* [Assignment]: The records below hold a stretch from the line with "#14=VERTEX_POINT('',#13);" through the line with "#59=EDGE_LOOP('',(#43,#50,#55,#58));"; return exactly those lines, ends included, and nothing more.

+ + + + +

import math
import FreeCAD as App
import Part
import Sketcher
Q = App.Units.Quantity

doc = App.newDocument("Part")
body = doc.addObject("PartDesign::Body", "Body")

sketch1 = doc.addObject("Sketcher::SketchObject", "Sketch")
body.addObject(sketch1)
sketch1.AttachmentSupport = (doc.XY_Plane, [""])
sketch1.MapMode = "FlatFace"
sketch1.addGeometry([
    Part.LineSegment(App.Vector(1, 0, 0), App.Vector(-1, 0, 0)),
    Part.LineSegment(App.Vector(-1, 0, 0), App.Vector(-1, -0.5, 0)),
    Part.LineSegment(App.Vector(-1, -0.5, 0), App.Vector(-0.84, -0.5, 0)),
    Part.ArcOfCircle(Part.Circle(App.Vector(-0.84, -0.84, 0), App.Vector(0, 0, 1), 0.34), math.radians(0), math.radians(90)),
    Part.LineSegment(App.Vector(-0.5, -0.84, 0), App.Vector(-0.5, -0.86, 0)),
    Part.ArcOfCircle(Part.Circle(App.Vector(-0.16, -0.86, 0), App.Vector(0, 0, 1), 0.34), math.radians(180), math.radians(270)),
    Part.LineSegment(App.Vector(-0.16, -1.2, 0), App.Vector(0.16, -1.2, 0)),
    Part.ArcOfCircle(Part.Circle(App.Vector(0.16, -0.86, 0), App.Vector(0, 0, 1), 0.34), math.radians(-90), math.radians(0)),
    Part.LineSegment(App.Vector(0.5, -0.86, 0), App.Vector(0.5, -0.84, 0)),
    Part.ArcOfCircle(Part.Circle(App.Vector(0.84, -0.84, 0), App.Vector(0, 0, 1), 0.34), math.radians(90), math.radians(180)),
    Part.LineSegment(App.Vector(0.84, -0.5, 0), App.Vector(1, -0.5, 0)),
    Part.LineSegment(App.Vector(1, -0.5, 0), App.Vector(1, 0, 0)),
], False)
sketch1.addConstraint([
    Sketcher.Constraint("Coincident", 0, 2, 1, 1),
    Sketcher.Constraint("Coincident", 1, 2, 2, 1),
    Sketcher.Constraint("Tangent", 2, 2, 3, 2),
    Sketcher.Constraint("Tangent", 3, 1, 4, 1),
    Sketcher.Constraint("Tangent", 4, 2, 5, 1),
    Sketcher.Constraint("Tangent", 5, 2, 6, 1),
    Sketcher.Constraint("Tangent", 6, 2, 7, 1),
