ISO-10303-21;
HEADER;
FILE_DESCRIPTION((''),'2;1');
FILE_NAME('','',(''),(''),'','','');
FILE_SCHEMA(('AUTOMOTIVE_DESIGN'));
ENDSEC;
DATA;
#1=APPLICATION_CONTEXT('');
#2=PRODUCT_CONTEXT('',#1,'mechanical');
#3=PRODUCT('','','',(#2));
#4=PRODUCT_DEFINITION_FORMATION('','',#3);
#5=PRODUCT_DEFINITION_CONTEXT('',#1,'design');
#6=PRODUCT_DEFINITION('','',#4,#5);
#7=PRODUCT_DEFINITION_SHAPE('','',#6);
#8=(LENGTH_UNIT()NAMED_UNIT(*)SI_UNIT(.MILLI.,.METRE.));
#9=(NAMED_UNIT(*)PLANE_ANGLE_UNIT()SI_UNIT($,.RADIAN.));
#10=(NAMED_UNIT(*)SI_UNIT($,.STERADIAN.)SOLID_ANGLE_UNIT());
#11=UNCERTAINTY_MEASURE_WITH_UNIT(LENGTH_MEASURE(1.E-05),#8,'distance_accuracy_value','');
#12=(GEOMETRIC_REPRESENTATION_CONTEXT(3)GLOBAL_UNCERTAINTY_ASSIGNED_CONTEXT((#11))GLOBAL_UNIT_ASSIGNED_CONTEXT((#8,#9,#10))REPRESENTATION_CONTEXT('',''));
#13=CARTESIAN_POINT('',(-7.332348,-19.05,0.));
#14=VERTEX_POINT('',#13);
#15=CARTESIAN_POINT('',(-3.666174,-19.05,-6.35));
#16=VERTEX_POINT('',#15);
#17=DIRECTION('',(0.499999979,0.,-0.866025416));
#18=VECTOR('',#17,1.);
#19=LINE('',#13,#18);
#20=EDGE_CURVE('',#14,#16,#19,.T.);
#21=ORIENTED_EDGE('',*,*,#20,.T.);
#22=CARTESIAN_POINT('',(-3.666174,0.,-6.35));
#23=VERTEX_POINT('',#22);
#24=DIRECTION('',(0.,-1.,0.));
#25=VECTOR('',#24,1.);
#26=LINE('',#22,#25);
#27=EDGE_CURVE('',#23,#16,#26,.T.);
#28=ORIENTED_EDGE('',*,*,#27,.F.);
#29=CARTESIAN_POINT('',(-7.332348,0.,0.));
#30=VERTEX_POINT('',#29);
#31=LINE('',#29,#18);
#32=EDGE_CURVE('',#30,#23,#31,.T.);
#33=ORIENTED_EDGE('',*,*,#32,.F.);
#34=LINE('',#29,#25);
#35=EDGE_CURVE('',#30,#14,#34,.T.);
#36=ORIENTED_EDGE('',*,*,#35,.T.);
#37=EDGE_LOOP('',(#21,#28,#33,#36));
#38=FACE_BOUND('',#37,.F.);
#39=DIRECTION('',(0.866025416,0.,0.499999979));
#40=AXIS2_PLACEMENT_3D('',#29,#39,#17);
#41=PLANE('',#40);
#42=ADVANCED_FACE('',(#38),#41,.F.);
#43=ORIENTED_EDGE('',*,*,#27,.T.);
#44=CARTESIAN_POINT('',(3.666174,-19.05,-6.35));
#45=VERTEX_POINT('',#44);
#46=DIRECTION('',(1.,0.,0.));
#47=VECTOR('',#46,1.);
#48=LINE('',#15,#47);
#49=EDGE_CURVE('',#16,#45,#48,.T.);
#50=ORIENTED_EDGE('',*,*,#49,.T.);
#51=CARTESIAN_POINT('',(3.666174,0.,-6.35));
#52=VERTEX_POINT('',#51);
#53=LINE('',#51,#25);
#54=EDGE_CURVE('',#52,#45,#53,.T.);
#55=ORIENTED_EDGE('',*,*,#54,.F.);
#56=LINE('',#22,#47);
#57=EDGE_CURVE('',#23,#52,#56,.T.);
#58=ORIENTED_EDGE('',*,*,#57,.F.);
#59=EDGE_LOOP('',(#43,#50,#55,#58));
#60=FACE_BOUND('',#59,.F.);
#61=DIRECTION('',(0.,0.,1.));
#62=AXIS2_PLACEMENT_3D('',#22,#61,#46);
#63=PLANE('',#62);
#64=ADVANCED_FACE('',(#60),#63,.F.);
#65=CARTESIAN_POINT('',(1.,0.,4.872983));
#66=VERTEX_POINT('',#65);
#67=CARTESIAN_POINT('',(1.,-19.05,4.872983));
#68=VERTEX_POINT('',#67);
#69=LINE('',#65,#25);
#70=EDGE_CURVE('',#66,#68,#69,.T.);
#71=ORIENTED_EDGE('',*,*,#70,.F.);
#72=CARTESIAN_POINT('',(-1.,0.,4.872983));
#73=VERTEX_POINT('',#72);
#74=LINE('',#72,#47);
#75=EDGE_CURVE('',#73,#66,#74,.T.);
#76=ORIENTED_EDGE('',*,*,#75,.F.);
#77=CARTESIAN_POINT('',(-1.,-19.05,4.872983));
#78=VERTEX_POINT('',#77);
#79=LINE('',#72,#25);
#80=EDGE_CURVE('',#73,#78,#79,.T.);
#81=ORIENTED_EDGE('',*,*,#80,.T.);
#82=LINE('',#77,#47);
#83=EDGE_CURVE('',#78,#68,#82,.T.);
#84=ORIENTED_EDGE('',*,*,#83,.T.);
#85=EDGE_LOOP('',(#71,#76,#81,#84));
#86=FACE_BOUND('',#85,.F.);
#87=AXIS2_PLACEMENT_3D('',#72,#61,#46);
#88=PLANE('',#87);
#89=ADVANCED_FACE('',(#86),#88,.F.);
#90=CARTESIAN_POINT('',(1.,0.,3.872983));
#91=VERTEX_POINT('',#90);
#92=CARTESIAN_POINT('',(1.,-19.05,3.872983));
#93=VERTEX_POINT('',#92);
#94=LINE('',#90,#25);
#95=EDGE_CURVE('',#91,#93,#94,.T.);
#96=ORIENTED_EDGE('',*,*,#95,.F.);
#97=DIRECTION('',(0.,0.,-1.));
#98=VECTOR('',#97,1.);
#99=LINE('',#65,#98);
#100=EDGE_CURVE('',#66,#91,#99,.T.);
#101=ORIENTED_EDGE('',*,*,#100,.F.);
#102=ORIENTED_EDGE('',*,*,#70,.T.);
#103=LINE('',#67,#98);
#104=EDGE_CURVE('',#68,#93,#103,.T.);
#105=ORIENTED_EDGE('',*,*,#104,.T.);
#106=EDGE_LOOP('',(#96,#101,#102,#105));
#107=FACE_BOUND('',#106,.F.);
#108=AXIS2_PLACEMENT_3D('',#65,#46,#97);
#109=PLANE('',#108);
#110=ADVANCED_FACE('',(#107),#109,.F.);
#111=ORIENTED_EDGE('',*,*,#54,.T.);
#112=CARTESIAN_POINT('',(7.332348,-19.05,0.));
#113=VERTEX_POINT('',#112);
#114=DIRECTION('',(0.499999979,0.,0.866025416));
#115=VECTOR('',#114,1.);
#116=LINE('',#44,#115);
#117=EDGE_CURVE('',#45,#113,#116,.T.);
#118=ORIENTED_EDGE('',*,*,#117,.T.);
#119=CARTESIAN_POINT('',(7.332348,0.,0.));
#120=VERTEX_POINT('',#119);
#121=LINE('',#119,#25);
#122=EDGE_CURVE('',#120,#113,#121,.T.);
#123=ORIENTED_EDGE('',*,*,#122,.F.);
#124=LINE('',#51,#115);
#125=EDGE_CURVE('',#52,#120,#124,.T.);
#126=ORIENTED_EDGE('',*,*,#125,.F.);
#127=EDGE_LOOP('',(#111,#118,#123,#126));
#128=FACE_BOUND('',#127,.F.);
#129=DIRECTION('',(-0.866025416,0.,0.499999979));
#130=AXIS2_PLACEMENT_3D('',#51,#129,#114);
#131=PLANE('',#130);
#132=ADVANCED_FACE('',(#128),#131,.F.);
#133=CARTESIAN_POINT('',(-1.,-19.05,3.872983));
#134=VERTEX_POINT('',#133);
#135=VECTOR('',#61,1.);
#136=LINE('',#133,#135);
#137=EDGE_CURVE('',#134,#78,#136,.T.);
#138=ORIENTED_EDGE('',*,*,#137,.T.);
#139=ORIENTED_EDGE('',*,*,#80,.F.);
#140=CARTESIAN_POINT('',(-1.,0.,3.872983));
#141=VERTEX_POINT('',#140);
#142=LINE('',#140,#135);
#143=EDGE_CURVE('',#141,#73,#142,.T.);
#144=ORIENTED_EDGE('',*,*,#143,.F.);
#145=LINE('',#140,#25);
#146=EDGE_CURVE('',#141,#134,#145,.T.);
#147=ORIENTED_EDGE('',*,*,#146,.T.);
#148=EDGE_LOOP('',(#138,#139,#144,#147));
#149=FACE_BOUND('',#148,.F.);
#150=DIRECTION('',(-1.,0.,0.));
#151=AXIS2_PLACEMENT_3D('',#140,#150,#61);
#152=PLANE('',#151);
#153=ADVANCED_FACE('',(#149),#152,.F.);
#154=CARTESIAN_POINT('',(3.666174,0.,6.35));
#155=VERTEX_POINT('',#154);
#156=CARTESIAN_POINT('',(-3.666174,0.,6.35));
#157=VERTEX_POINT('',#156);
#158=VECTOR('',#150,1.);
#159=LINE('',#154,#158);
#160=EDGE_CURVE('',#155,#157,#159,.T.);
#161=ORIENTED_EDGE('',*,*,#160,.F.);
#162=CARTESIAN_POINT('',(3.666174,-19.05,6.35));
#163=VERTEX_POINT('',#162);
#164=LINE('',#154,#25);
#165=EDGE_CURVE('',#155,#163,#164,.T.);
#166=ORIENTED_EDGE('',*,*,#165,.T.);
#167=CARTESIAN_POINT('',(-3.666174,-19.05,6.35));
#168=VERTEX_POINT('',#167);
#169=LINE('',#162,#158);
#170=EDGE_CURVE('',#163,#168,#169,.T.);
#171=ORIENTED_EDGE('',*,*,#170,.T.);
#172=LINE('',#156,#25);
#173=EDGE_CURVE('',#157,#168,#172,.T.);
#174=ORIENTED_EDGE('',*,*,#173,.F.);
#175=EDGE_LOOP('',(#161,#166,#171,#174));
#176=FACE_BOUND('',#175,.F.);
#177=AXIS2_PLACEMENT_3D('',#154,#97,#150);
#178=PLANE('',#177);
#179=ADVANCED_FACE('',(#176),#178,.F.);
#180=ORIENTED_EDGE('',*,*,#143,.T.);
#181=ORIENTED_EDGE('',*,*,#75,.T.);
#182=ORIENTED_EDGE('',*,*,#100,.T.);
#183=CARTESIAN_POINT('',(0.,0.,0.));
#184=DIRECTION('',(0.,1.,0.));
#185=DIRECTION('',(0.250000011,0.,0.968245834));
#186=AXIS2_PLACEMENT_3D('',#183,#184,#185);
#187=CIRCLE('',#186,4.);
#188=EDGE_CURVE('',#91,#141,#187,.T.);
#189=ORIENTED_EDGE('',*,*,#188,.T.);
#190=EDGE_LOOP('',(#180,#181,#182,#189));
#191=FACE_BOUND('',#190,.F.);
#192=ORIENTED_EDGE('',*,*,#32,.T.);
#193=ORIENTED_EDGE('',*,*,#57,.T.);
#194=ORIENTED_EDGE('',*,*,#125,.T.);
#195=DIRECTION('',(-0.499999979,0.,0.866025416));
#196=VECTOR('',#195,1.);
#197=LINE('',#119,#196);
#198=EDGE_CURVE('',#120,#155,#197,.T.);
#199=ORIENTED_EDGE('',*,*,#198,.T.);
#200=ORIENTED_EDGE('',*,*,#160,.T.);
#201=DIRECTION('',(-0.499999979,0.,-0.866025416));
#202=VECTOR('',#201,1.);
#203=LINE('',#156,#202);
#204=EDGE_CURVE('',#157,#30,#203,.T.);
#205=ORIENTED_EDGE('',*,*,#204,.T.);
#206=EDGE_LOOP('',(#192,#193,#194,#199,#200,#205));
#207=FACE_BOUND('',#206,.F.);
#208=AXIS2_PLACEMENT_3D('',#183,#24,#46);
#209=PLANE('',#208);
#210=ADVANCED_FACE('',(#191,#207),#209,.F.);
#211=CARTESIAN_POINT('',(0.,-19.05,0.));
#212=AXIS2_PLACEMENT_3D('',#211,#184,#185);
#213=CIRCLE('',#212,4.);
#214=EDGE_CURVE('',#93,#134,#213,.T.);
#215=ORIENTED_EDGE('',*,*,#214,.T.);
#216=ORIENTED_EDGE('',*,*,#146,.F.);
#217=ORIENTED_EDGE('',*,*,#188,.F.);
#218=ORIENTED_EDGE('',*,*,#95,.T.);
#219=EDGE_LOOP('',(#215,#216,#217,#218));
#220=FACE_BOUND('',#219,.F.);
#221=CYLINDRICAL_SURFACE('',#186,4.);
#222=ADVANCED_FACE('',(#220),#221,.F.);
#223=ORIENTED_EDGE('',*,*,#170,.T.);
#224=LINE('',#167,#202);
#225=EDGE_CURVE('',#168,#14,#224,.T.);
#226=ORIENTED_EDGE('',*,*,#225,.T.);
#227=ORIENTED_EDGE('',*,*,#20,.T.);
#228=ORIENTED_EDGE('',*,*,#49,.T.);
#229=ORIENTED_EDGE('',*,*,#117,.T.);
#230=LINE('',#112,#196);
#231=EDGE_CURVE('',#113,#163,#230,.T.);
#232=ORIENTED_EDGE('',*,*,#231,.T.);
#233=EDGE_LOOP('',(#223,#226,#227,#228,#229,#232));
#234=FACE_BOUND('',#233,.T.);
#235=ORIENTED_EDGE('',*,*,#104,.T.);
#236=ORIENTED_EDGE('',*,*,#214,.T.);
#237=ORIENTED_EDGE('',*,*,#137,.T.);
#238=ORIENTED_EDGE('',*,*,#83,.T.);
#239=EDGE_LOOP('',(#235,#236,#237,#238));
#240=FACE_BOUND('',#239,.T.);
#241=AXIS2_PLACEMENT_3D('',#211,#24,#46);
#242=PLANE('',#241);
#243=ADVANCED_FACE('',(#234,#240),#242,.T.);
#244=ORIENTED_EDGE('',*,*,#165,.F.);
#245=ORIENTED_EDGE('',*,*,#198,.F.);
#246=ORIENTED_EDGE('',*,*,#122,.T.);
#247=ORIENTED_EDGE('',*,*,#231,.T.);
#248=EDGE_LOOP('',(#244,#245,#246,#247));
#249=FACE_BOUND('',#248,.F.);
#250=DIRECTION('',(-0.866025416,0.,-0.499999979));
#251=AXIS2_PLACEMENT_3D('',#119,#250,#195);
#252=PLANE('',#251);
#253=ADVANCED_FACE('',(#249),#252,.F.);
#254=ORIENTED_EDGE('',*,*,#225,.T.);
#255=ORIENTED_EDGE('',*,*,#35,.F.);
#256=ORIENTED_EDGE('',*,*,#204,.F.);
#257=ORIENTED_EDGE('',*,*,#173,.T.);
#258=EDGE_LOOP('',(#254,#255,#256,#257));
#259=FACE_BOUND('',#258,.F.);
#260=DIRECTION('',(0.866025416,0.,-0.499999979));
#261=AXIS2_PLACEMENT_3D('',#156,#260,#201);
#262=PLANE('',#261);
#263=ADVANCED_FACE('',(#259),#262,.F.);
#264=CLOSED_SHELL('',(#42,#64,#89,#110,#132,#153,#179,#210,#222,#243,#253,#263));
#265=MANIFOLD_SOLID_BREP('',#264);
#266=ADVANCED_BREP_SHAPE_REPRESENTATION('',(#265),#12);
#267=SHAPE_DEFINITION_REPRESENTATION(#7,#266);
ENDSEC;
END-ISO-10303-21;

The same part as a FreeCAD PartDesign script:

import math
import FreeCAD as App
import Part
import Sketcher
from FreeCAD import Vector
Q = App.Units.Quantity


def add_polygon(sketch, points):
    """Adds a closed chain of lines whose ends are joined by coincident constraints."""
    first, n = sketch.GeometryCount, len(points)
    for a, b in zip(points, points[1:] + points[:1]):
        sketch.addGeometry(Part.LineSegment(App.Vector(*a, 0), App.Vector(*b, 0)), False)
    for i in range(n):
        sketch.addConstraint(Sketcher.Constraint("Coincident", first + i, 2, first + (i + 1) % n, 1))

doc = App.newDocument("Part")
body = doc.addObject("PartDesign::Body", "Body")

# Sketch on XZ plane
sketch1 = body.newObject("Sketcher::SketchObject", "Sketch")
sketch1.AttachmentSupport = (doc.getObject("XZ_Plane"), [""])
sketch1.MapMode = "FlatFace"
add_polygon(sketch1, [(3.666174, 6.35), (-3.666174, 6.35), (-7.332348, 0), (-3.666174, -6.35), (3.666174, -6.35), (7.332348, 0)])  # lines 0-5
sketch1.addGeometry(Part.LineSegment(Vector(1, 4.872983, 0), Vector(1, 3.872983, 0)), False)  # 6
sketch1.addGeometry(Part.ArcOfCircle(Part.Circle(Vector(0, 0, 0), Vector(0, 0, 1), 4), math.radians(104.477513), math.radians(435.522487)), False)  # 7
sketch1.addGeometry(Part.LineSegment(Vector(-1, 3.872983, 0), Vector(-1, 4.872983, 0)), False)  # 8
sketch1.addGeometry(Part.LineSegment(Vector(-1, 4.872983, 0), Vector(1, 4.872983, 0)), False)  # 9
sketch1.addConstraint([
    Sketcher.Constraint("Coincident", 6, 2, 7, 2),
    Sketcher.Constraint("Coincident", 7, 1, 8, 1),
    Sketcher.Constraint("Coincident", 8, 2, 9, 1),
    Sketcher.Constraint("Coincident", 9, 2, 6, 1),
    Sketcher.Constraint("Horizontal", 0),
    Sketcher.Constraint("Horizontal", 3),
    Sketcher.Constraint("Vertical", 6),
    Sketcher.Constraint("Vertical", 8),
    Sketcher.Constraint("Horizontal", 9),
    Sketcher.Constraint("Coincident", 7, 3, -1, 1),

+ + + + +

* [Solution]:
#14=VERTEX_POINT('',#13);
#15=CARTESIAN_POINT('',(-3.666174,-19.05,-6.35));
#16=VERTEX_POINT('',#15);
#17=DIRECTION('',(0.499999979,0.,-0.866025416));
#18=VECTOR('',#17,1.);
#19=LINE('',#13,#18);
#20=EDGE_CURVE('',#14,#16,#19,.T.);
#21=ORIENTED_EDGE('',*,*,#20,.T.);
#22=CARTESIAN_POINT('',(-3.666174,0.,-6.35));
#23=VERTEX_POINT('',#22);
#24=DIRECTION('',(0.,-1.,0.));
#25=VECTOR('',#24,1.);
#26=LINE('',#22,#25);
#27=EDGE_CURVE('',#23,#16,#26,.T.);
#28=ORIENTED_EDGE('',*,*,#27,.F.);
#29=CARTESIAN_POINT('',(-7.332348,0.,0.));
#30=VERTEX_POINT('',#29);
#31=LINE('',#29,#18);
#32=EDGE_CURVE('',#30,#23,#31,.T.);
#33=ORIENTED_EDGE('',*,*,#32,.F.);
#34=LINE('',#29,#25);
#35=EDGE_CURVE('',#30,#14,#34,.T.);
#36=ORIENTED_EDGE('',*,*,#35,.T.);
#37=EDGE_LOOP('',(#21,#28,#33,#36));
#38=FACE_BOUND('',#37,.F.);
#39=DIRECTION('',(0.866025416,0.,0.499999979));
#40=AXIS2_PLACEMENT_3D('',#29,#39,#17);
#41=PLANE('',#40);
#42=ADVANCED_FACE('',(#38),#41,.F.);
#43=ORIENTED_EDGE('',*,*,#27,.T.);
#44=CARTESIAN_POINT('',(3.666174,-19.05,-6.35));
#45=VERTEX_POINT('',#44);
#46=DIRECTION('',(1.,0.,0.));
#47=VECTOR('',#46,1.);
#48=LINE('',#15,#47);
#49=EDGE_CURVE('',#16,#45,#48,.T.);
#50=ORIENTED_EDGE('',*,*,#49,.T.);
#51=CARTESIAN_POINT('',(3.666174,0.,-6.35));
#52=VERTEX_POINT('',#51);
#53=LINE('',#51,#25);
#54=EDGE_CURVE('',#52,#45,#53,.T.);
#55=ORIENTED_EDGE('',*,*,#54,.F.);
#56=LINE('',#22,#47);
#57=EDGE_CURVE('',#23,#52,#56,.T.);
#58=ORIENTED_EDGE('',*,*,#57,.F.);
#59=EDGE_LOOP('',(#43,#50,#55,#58));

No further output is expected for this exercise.